PROBLEM TO SOLVE: In the entries below, find the line with "#424=FACE_BOUND('',#423,.T.);" and print exactly every line from there up to and including the line with "#429=ADVANCED_FACE('',(#424),#428,.F.);", with no other lines.

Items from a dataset

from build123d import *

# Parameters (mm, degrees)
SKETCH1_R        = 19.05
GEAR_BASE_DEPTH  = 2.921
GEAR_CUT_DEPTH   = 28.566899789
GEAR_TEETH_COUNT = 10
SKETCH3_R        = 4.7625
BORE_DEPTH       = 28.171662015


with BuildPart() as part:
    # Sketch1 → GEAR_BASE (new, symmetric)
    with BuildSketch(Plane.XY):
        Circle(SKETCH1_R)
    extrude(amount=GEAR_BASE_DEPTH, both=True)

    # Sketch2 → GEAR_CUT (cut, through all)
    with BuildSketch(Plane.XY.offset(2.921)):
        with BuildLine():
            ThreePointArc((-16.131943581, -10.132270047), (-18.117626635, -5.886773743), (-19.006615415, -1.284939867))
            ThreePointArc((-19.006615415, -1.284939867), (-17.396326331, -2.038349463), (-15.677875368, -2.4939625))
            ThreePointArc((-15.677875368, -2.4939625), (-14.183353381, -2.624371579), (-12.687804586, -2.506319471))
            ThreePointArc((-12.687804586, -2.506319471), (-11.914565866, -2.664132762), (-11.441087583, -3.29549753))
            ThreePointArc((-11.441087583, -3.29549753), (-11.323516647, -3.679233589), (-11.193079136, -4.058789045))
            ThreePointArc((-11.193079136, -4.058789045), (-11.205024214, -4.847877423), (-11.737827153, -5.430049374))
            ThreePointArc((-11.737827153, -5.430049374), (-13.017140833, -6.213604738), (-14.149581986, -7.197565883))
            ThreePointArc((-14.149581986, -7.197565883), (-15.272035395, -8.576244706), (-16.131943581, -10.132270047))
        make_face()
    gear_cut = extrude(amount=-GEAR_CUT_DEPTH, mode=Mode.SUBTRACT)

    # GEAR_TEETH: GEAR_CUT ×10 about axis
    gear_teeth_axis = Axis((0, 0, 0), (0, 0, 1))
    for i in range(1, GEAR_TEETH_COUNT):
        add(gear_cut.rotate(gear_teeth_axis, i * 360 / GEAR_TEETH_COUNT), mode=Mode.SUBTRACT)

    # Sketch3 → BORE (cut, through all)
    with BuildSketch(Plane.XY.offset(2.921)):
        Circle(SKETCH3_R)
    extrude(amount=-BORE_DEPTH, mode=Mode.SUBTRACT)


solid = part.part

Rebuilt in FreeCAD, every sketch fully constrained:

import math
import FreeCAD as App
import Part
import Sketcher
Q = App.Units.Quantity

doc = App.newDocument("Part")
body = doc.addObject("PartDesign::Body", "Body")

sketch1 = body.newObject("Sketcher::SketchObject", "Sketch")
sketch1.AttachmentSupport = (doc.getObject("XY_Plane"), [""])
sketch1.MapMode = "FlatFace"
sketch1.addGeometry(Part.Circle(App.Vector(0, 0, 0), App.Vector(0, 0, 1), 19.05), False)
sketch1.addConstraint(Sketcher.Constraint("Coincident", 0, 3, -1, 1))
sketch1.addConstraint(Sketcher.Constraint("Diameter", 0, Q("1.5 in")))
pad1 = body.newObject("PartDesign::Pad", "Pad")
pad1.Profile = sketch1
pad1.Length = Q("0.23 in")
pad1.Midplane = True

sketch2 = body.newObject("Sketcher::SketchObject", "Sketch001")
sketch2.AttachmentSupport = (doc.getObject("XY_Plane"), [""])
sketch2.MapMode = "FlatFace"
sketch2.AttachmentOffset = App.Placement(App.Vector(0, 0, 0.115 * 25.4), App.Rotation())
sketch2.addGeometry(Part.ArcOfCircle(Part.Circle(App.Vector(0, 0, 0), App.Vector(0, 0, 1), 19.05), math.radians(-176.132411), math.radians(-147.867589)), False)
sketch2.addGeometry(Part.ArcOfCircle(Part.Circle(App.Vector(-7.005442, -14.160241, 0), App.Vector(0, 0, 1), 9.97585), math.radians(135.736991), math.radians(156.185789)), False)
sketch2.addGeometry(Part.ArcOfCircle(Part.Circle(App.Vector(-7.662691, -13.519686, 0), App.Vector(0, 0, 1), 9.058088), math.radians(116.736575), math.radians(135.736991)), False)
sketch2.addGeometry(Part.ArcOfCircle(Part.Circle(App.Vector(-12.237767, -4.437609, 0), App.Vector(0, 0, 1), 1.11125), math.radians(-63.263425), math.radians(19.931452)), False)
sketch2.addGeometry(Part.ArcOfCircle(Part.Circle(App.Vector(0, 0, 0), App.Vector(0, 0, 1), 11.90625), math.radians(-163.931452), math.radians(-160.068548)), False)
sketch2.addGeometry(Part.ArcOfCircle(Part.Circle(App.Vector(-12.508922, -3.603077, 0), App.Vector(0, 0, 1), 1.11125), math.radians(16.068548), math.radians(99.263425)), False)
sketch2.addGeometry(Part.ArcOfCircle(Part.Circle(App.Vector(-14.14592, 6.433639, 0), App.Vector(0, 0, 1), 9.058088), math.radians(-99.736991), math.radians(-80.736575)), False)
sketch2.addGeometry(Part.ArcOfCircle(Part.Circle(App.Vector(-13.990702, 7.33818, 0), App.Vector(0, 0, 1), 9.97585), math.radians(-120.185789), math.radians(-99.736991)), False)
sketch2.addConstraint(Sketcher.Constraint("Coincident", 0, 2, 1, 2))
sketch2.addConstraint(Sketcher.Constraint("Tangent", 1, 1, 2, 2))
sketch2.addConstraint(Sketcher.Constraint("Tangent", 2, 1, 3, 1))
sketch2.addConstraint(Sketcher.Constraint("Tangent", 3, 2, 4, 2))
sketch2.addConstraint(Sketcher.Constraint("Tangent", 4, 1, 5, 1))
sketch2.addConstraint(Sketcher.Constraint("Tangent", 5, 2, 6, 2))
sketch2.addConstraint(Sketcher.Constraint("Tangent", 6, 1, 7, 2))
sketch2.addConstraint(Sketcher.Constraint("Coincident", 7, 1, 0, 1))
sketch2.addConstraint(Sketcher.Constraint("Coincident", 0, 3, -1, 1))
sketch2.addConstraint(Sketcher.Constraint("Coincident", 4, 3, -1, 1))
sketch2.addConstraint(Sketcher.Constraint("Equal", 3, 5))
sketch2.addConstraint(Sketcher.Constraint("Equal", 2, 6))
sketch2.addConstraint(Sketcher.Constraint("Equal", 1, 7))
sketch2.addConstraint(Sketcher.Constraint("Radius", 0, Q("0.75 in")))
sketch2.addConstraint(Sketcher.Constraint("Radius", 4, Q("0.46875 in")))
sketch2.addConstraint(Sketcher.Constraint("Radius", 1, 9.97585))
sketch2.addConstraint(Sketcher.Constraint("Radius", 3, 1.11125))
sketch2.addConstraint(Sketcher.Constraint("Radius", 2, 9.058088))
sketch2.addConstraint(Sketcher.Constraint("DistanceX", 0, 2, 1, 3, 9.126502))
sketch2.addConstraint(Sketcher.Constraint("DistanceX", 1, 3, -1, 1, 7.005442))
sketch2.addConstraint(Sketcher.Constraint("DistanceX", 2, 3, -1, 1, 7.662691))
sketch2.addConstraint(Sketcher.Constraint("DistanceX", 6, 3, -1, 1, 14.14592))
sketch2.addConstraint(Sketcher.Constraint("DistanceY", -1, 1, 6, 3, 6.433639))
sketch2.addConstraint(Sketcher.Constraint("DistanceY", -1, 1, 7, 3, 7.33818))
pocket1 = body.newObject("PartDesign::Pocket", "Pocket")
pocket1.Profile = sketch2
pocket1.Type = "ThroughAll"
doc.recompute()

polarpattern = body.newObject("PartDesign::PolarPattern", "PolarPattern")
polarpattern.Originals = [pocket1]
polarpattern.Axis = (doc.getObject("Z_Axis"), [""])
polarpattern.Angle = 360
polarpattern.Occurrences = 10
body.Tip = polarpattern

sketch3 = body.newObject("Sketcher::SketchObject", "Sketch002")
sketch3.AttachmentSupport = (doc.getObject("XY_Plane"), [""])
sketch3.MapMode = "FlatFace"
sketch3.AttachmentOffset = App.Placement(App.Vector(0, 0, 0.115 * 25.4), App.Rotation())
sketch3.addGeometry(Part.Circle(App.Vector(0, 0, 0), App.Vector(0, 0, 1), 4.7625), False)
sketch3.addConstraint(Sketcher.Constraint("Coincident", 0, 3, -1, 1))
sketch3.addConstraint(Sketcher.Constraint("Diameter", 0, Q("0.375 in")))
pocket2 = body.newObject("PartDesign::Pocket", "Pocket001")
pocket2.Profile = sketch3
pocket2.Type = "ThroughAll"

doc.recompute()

---

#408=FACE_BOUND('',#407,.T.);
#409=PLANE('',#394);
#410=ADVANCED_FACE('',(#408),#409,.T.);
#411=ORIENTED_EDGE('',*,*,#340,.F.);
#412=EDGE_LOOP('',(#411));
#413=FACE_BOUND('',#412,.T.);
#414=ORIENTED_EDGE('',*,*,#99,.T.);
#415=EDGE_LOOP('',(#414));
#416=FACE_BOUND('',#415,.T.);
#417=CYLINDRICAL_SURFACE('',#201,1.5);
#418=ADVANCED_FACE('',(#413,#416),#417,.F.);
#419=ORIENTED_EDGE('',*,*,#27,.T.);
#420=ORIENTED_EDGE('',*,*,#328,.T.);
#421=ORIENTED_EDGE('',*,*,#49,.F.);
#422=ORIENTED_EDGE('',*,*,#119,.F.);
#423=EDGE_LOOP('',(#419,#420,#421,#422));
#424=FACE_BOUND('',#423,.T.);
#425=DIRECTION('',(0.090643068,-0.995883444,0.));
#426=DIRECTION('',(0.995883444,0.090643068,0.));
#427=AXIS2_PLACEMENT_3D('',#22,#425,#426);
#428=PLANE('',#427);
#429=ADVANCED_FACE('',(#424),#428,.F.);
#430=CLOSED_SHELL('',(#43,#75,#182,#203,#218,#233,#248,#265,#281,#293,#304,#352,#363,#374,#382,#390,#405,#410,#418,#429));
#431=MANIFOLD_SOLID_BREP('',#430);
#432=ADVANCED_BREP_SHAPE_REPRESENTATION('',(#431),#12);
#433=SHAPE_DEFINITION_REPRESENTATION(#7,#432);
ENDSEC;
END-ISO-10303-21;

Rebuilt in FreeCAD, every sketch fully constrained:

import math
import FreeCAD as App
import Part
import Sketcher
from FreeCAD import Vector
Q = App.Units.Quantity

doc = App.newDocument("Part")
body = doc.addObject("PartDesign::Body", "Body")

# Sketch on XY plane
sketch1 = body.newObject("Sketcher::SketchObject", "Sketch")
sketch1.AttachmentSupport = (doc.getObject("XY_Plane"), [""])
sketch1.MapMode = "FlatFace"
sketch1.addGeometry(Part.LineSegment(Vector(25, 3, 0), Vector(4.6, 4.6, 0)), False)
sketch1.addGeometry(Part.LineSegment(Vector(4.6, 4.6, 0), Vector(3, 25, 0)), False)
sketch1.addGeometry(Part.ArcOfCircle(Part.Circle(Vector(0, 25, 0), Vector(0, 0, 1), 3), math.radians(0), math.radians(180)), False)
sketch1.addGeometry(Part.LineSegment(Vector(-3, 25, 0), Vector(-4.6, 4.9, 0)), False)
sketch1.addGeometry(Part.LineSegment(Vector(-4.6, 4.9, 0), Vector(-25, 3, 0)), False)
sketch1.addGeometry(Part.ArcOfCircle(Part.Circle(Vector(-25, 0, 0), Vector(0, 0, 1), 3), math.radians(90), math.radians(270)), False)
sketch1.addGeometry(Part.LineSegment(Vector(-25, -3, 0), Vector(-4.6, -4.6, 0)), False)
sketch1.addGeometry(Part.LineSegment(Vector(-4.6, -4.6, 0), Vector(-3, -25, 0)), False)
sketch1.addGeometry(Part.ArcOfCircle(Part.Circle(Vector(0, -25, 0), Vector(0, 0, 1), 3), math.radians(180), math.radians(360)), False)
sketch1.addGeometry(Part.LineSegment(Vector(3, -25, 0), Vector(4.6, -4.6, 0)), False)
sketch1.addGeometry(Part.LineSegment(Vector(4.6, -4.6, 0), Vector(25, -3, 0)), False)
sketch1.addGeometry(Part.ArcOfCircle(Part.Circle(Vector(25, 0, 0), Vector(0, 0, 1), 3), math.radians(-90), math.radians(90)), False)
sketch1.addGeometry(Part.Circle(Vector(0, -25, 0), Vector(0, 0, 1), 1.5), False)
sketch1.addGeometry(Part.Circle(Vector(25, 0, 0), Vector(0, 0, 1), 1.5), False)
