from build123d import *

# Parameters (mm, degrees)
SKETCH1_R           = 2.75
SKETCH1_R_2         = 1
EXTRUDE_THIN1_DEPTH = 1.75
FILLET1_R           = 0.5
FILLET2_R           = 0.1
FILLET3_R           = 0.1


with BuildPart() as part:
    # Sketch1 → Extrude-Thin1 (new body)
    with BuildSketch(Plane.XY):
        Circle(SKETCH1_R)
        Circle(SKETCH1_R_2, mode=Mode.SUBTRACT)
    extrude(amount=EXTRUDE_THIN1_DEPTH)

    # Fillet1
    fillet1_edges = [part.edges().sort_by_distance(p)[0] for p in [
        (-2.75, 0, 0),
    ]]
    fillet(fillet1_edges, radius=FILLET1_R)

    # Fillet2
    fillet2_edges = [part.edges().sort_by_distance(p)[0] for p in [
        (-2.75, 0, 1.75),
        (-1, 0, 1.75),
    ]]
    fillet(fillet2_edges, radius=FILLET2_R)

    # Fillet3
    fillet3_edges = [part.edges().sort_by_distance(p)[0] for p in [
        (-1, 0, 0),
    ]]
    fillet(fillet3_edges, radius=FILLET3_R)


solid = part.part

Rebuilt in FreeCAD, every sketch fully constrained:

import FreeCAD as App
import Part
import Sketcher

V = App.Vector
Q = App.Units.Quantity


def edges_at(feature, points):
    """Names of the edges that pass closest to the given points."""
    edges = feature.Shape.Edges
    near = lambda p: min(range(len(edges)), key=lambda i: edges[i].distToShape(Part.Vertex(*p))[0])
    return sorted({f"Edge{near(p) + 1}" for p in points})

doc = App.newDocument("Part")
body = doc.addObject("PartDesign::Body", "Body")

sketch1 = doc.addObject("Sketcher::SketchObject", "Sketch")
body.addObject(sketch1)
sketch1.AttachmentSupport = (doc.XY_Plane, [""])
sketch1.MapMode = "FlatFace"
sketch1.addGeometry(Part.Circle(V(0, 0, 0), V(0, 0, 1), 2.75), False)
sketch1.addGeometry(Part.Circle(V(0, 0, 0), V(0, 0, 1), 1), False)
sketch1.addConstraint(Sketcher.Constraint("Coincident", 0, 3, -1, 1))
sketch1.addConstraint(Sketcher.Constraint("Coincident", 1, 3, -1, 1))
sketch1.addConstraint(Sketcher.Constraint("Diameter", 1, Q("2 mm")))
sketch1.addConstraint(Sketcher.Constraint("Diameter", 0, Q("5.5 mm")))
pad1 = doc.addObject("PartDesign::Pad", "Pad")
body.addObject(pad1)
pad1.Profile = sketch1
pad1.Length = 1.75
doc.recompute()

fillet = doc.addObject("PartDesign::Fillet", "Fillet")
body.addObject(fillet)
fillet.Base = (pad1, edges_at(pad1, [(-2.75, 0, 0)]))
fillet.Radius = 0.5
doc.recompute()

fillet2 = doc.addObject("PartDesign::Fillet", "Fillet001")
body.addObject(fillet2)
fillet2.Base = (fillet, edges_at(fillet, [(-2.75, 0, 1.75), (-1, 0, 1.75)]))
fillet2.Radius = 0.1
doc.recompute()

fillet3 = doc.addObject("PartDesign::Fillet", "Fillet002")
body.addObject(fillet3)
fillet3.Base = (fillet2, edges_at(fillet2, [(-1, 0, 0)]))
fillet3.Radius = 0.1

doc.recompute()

...

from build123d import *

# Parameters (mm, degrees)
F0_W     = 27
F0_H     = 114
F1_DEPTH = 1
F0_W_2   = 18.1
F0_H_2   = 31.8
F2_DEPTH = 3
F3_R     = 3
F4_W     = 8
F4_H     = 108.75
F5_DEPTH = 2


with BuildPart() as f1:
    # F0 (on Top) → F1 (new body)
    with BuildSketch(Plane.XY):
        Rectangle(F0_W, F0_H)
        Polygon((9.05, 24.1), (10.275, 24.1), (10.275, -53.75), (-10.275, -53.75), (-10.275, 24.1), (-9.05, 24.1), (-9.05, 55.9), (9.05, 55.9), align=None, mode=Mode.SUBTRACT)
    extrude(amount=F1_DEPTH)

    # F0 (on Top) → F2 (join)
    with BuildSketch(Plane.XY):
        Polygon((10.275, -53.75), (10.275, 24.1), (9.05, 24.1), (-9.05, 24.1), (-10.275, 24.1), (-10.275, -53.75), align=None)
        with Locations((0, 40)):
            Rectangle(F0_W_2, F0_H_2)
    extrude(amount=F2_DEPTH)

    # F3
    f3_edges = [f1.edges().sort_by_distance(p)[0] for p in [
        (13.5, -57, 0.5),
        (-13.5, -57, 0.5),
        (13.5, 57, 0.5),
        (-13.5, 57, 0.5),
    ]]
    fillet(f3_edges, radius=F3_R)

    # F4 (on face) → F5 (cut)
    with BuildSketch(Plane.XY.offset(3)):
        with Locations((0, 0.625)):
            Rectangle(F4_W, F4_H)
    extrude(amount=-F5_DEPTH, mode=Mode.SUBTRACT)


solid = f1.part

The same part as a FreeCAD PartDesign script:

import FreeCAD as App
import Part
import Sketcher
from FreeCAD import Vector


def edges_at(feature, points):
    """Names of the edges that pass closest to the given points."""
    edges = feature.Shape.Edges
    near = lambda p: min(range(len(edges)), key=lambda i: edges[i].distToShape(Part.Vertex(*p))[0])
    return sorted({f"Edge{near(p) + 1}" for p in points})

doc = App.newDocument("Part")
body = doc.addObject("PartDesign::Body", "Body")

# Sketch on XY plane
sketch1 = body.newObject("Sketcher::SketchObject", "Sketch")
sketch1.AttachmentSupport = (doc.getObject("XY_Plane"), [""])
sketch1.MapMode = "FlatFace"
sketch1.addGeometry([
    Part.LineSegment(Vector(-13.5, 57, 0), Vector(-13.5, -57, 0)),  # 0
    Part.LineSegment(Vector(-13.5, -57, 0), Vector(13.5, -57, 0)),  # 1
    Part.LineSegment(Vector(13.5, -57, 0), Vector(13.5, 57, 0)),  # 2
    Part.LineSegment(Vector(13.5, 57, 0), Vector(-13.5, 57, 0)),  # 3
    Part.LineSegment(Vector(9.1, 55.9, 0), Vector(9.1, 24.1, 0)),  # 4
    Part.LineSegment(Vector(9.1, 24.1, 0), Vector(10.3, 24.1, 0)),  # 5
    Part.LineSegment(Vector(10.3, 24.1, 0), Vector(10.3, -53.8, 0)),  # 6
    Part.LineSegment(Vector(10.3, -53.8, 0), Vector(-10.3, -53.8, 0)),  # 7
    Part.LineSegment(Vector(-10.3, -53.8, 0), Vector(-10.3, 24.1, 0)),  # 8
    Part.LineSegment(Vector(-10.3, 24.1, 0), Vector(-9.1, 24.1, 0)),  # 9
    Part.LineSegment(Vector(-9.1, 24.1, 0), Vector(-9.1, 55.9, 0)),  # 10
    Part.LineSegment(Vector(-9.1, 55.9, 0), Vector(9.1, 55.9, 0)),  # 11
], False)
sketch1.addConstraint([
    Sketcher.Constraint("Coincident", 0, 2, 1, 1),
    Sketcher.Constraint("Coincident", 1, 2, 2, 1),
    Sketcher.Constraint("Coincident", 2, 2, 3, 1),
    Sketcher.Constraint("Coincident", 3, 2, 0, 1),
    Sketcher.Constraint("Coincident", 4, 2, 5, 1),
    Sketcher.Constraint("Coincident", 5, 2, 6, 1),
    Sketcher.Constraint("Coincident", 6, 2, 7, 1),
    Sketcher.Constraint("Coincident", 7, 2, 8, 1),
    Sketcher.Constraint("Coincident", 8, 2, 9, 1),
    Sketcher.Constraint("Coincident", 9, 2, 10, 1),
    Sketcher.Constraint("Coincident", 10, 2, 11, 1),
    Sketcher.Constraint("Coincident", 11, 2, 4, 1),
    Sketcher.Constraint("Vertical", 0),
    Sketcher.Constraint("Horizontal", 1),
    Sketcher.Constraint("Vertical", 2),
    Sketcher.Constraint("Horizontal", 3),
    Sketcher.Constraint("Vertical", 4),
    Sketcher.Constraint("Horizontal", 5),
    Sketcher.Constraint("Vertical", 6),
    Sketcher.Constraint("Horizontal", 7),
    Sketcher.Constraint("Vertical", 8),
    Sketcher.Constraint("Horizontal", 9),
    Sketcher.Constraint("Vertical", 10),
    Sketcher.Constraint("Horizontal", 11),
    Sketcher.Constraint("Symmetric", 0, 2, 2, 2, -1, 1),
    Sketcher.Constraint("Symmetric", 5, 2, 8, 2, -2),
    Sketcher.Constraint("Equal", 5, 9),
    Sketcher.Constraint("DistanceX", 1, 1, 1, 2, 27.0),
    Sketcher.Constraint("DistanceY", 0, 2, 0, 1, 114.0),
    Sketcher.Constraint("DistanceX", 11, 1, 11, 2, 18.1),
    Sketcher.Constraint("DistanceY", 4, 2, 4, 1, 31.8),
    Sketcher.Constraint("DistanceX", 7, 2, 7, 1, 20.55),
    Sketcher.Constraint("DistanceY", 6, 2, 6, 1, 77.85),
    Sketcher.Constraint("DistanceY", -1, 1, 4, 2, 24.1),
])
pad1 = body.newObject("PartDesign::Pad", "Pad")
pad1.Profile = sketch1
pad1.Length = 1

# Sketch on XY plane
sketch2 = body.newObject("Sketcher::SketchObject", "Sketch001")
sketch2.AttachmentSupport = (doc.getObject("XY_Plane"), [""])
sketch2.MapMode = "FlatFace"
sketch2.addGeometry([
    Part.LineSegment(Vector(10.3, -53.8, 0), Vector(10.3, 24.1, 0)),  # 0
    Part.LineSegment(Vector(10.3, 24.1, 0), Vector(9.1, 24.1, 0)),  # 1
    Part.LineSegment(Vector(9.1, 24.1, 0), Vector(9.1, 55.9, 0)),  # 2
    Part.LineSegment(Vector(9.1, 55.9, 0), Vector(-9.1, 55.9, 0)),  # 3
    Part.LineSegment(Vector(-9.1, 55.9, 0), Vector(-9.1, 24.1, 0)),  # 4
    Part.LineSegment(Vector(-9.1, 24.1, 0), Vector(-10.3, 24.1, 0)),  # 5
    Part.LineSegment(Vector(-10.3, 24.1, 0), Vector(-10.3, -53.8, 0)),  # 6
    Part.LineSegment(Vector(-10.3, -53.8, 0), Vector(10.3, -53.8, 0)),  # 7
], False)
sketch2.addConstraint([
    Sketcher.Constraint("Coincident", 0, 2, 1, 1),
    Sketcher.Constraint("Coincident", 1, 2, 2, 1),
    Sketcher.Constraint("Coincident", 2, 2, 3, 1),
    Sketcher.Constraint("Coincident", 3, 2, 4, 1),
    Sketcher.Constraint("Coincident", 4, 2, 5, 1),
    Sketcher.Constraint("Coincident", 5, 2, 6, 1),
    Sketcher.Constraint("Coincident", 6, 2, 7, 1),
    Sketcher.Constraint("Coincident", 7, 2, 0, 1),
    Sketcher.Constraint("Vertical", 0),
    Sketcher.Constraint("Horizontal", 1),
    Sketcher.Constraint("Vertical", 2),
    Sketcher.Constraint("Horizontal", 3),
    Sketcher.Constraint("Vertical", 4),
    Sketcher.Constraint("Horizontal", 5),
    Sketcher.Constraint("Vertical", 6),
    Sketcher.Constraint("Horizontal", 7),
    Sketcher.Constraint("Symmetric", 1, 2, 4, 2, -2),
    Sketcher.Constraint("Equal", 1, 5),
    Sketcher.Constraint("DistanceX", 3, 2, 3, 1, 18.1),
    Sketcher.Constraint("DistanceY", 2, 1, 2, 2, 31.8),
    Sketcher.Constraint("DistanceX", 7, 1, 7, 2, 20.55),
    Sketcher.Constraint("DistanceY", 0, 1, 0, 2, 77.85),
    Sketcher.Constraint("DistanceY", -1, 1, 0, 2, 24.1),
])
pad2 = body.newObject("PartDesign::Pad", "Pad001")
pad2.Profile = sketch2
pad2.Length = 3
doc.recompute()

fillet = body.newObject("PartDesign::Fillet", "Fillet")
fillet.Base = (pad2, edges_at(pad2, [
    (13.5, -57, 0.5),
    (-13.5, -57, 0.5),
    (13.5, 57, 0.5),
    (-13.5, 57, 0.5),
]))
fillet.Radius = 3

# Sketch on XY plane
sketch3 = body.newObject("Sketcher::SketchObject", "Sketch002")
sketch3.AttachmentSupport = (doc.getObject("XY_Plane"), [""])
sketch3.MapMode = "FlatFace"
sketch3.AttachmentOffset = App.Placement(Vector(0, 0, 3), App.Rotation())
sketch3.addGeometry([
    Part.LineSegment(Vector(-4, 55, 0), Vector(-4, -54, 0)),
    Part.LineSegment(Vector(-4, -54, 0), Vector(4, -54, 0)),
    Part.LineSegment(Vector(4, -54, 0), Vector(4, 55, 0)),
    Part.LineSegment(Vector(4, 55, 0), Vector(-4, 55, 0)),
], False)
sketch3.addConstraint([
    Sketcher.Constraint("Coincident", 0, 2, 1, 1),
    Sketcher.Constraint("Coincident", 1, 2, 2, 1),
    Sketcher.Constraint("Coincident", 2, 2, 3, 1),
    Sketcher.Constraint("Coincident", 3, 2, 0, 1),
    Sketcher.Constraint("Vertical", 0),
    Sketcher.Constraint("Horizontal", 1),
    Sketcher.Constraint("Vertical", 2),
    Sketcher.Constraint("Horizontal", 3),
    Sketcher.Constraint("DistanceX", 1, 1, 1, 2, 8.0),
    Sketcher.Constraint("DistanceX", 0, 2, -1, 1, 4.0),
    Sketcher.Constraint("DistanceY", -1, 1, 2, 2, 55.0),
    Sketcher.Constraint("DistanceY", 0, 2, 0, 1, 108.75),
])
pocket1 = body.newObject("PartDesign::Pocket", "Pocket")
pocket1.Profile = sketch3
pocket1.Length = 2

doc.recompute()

YOUR SOLUTION:
#424=FACE_BOUND('',#423,.T.);
#425=DIRECTION('',(0.090643068,-0.995883444,0.));
#426=DIRECTION('',(0.995883444,0.090643068,0.));
#427=AXIS2_PLACEMENT_3D('',#22,#425,#426);
#428=PLANE('',#427);
#429=ADVANCED_FACE('',(#424),#428,.F.);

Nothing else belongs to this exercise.